Feel free to post this at any other forums you feel that would be interested.

*Why?* You ask why did I post this at many forums? For many reaons, not all of the communities will participate in this meet, not everyone will show up after they already said they would, the more the cars ; the better, and various of other reasons. Why at Tapioca Express? Because there have been a few other get togethers / meets there in the past. Meets including the ones of Club4AG, Evo's, Subaru's, NorCalImports, and many others that I am probably not aware of!

I hope this will be a great turn out. Even if the majority of you decide not to go for whatever reasons, we will still be there! Tapioca = Yum! ;]

If you have any questions, comments, and/or suggestions, feel free to email me at [email protected] with the topic title starting with TAP MEET (Reasons being that I won't delete it for not recognising the email address and automatically thinking its junk). Or contact me through MSN messager @ [email protected] or AOL Instant 

Messanger @ TheSuyeda.

I will provide a 'updated daily' list of who says they will be attending.

[Last Updated ; May 15, 2004 @ 12:13am PST]

Fore sure going ;

white_mr2 @ NorCalImports
ChriS @ NorcalImports
Shimizu @ Friend of ChriS / white_mr2
ChumCam @ Friend of ChriS / white_mr2 
Chadizzle @ Friend of ChriS / white_mr2
RSXual @ ClubRSX

Maybe ; 

AutoK20A3 @ ClubRSX
percept @ ClubRSX


----------



## NiN_00 (Apr 30, 2002)

hmm i might swing out for this  9pm meet sounds cool


----------



## ` c h r i S (May 11, 2004)

Hope to see you there. Try to convince any of your friends!

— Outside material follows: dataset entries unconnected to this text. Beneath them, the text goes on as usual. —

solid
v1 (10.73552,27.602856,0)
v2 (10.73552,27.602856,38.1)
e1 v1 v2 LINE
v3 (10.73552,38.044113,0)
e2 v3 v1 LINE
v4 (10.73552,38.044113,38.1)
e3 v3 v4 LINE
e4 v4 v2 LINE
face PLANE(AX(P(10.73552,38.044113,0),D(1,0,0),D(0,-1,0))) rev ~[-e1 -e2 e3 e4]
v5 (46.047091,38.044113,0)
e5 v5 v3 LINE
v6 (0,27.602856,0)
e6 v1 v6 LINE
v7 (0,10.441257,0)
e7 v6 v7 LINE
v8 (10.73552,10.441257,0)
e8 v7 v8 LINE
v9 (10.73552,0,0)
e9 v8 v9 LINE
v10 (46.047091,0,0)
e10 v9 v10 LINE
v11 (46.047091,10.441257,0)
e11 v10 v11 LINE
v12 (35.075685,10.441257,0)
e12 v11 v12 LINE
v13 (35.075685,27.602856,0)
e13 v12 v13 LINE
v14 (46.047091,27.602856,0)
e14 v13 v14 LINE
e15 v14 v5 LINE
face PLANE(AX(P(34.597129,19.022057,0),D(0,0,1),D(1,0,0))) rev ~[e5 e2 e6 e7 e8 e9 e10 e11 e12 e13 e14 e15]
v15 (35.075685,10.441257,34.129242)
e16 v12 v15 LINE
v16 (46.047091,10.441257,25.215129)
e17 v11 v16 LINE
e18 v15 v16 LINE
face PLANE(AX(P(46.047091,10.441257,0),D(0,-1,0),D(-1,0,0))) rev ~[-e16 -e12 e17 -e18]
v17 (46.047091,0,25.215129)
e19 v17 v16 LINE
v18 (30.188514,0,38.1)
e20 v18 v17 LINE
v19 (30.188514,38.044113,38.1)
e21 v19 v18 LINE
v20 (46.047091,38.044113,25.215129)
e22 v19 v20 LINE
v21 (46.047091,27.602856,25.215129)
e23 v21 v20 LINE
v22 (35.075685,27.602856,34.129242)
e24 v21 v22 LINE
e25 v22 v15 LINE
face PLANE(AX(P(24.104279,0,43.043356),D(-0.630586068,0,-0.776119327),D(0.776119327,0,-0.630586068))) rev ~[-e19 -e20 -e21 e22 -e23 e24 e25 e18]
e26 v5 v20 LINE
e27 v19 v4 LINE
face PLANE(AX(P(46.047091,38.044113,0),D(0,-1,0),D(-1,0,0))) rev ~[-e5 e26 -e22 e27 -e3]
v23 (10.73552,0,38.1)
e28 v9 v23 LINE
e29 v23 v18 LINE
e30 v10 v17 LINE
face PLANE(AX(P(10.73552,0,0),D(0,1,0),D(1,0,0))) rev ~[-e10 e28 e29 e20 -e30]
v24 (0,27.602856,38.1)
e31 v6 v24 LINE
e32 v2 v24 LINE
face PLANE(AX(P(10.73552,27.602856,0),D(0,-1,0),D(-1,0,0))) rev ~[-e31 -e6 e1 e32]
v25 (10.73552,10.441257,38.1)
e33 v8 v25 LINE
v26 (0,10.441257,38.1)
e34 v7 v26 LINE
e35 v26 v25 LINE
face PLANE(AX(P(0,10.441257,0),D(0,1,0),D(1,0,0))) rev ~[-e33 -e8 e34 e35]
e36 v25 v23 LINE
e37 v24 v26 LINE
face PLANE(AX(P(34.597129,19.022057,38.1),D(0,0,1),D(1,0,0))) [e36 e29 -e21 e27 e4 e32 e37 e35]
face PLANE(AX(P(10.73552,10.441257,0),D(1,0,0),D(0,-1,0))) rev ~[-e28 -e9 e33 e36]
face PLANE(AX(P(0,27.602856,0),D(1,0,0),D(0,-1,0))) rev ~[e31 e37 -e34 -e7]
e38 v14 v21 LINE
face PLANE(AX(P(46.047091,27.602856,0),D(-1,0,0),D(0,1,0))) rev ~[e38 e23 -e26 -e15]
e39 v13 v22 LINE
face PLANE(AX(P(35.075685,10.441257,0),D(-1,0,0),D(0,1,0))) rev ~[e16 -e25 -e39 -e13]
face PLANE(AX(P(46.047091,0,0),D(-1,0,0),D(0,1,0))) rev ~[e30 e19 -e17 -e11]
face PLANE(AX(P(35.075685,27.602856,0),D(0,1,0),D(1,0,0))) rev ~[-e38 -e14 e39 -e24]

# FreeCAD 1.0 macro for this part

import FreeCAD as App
import Part
import Sketcher

V = App.Vector
Q = App.Units.Quantity

doc = App.newDocument("Part")
body = doc.addObject("PartDesign::Body", "Body")

# Sketch on XY plane
sketch1 = body.newObject("Sketcher::SketchObject", "Sketch")
sketch1.AttachmentSupport = (doc.getObject("XY_Plane"), [""])
sketch1.MapMode = "FlatFace"
sketch1.addGeometry([
    Part.LineSegment(V(46, 0, 0), V(46, 10, 0)),  # 0
    Part.LineSegment(V(46, 10, 0), V(35, 10, 0)),  # 1
    Part.LineSegment(V(35, 10, 0), V(35, 28, 0)),  # 2
    Part.LineSegment(V(35, 28, 0), V(46, 28, 0)),  # 3
    Part.LineSegment(V(46, 28, 0), V(46, 38, 0)),  # 4
    Part.LineSegment(V(46, 38, 0), V(11, 38, 0)),  # 5
    Part.LineSegment(V(11, 38, 0), V(11, 28, 0)),  # 6
    Part.LineSegment(V(11, 28, 0), V(0, 28, 0)),  # 7
    Part.LineSegment(V(0, 28, 0), V(0, 10, 0)),  # 8
    Part.LineSegment(V(0, 10, 0), V(11, 10, 0)),  # 9
    Part.LineSegment(V(11, 10, 0), V(11, 0, 0)),  # 10
    Part.LineSegment(V(11, 0, 0), V(46, 0, 0)),  # 11
], False)
sketch1.addConstraint([
    Sketcher.Constraint("Coincident", 0, 2, 1, 1),
    Sketcher.Constraint("Coincident", 1, 2, 2, 1),
    Sketcher.Constraint("Coincident", 2, 2, 3, 1),
    Sketcher.Constraint("Coincident", 3, 2, 4, 1),
    Sketcher.Constraint("Coincident", 4, 2, 5, 1),
    Sketcher.Constraint("Coincident", 5, 2, 6, 1),
    Sketcher.Constraint("Coincident", 6, 2, 7, 1),
    Sketcher.Constraint("Coincident", 7, 2, 8, 1),
    Sketcher.Constraint("Coincident", 8, 2, 9, 1),
    Sketcher.Constraint("Coincident", 9, 2, 10, 1),
    Sketcher.Constraint("Coincident", 10, 2, 11, 1),
    Sketcher.Constraint("Coincident", 11, 2, 0, 1),
    Sketcher.Constraint("Vertical", 0),
    Sketcher.Constraint("Horizontal", 1),
    Sketcher.Constraint("Vertical", 2),
    Sketcher.Constraint("Horizontal", 3),
    Sketcher.Constraint("Vertical", 4),
    Sketcher.Constraint("Horizontal", 5),
    Sketcher.Constraint("Vertical", 6),
    Sketcher.Constraint("Horizontal", 7),
    Sketcher.Constraint("Vertical", 8),
    Sketcher.Constraint("Horizontal", 9),
    Sketcher.Constraint("Vertical", 10),
    Sketcher.Constraint("Horizontal", 11),
    Sketcher.Constraint("PointOnObject", 7, 2, -2),
    Sketcher.Constraint("PointOnObject", 10, 2, -1),
    Sketcher.Constraint("Horizontal", 3, 2, 6, 2),
    Sketcher.Constraint("Horizontal", 1, 2, 8, 2),
    Sketcher.Constraint("Vertical", 0, 2, 3, 2),
    Sketcher.Constraint("Vertical", 6, 2, 9, 2),
    Sketcher.Constraint("Equal", 0, 4),
    Sketcher.Constraint("DistanceY", 2, 1, 2, 2, 17.161599),
    Sketcher.Constraint("DistanceX", 5, 2, 5, 1, 35.311571),
    Sketcher.Constraint("DistanceX", 7, 2, 7, 1, 10.73552),
    Sketcher.Constraint("DistanceX", 1, 2, 1, 1, 10.971406),
    Sketcher.Constraint("DistanceY", 0, 1, 0, 2, 10.441257),
])
pad1 = body.newObject("PartDesign::Pad", "Pad")
pad1.Profile = sketch1
pad1.Length = Q("1.5 in")

# Sketch on XZ plane
sketch2 = body.newObject("Sketcher::SketchObject", "Sketch001")
sketch2.AttachmentSupport = (doc.getObject("XZ_Plane"), [""])
sketch2.MapMode = "FlatFace"
sketch2.addGeometry([
    Part.LineSegment(V(24, 43, 0), V(46, 25, 0)),
    Part.LineSegment(V(46, 25, 0), V(46, 43, 0)),
    Part.LineSegment(V(46, 43, 0), V(24, 43, 0)),
], False)
sketch2.addConstraint([
    Sketcher.Constraint("Coincident", 0, 2, 1, 1),
    Sketcher.Constraint("Coincident", 1, 2, 2, 1),
    Sketcher.Constraint("Coincident", 2, 2, 0, 1),
    Sketcher.Constraint("Vertical", 1),
    Sketcher.Constraint("Horizontal", 2),
    Sketcher.Constraint("DistanceX", 2, 2, 2, 1, 21.942812),
    Sketcher.Constraint("DistanceY", 1, 1, 1, 2, 17.828227),
    Sketcher.Constraint("DistanceX", -1, 1, 0, 2, 46.047091),
    Sketcher.Constraint("DistanceY", -1, 1, 0, 2, 25.215129),
])
pocket1 = body.newObject("PartDesign::Pocket", "Pocket")
pocket1.Profile = sketch2
pocket1.Length = Q("2 in")

doc.recompute()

I will provide an updated list with whos going once I check the other forums I posted at!


----------



## ` c h r i S (May 11, 2004)

Here is a updated list of who says they are going to show at the meet. Hopefully, everyone shows up! ;] Anyways, this is the second to last list I will bring you before the actual meet. So, people can still show, whether they post that they are going to show or not! Just get your friends to come!

white_mr2 @ NorCalImports
ChriS @ NorcalImports
Shimizu @ Friend of ChriS / white_mr2
ChumCam @ Friend of ChriS / white_mr2 
Chadizzle @ Friend of ChriS / white_mr2
xxx4reggie @ NorCalImports
doug242ti @ NorCalImports - note . possible friends coming along
RSXual @ ClubRSX
DRFT @ Zilvia.net
OptionZero @ Zilvia.net
Nightwalker @ NorCalImports + Many other forums
datsun510dude @ NorCalImports
ITRMike @ NorCalImports
NiN_00 @ NissanForums
evilrice @ NorCalSupras
91Supratium @ NorCalSupras
zesharkyturbo @ SupraForums
lous12 @ Zilvia.net
TiNMaN @ Zilvia.net
Kingsol @ Zilvia.net - note . bringing friends
D r i f t swift @ Zilvia.net
AutoK20A3 @ ClubRSX
percept @ ClubRSX 
vtecaznracer @ v6p.net & NorCalImports
TheJinsokuBee @ NorCalImports


----------



## BLegacy (Jan 24, 2003)

Don't put my name on the list, but I might go.


----------



## ` c h r i S (May 11, 2004)

Alrighty! ;]


----------



## ` c h r i S (May 11, 2004)

Fairly good meet, but it was hella cold! I'll pictures up soon.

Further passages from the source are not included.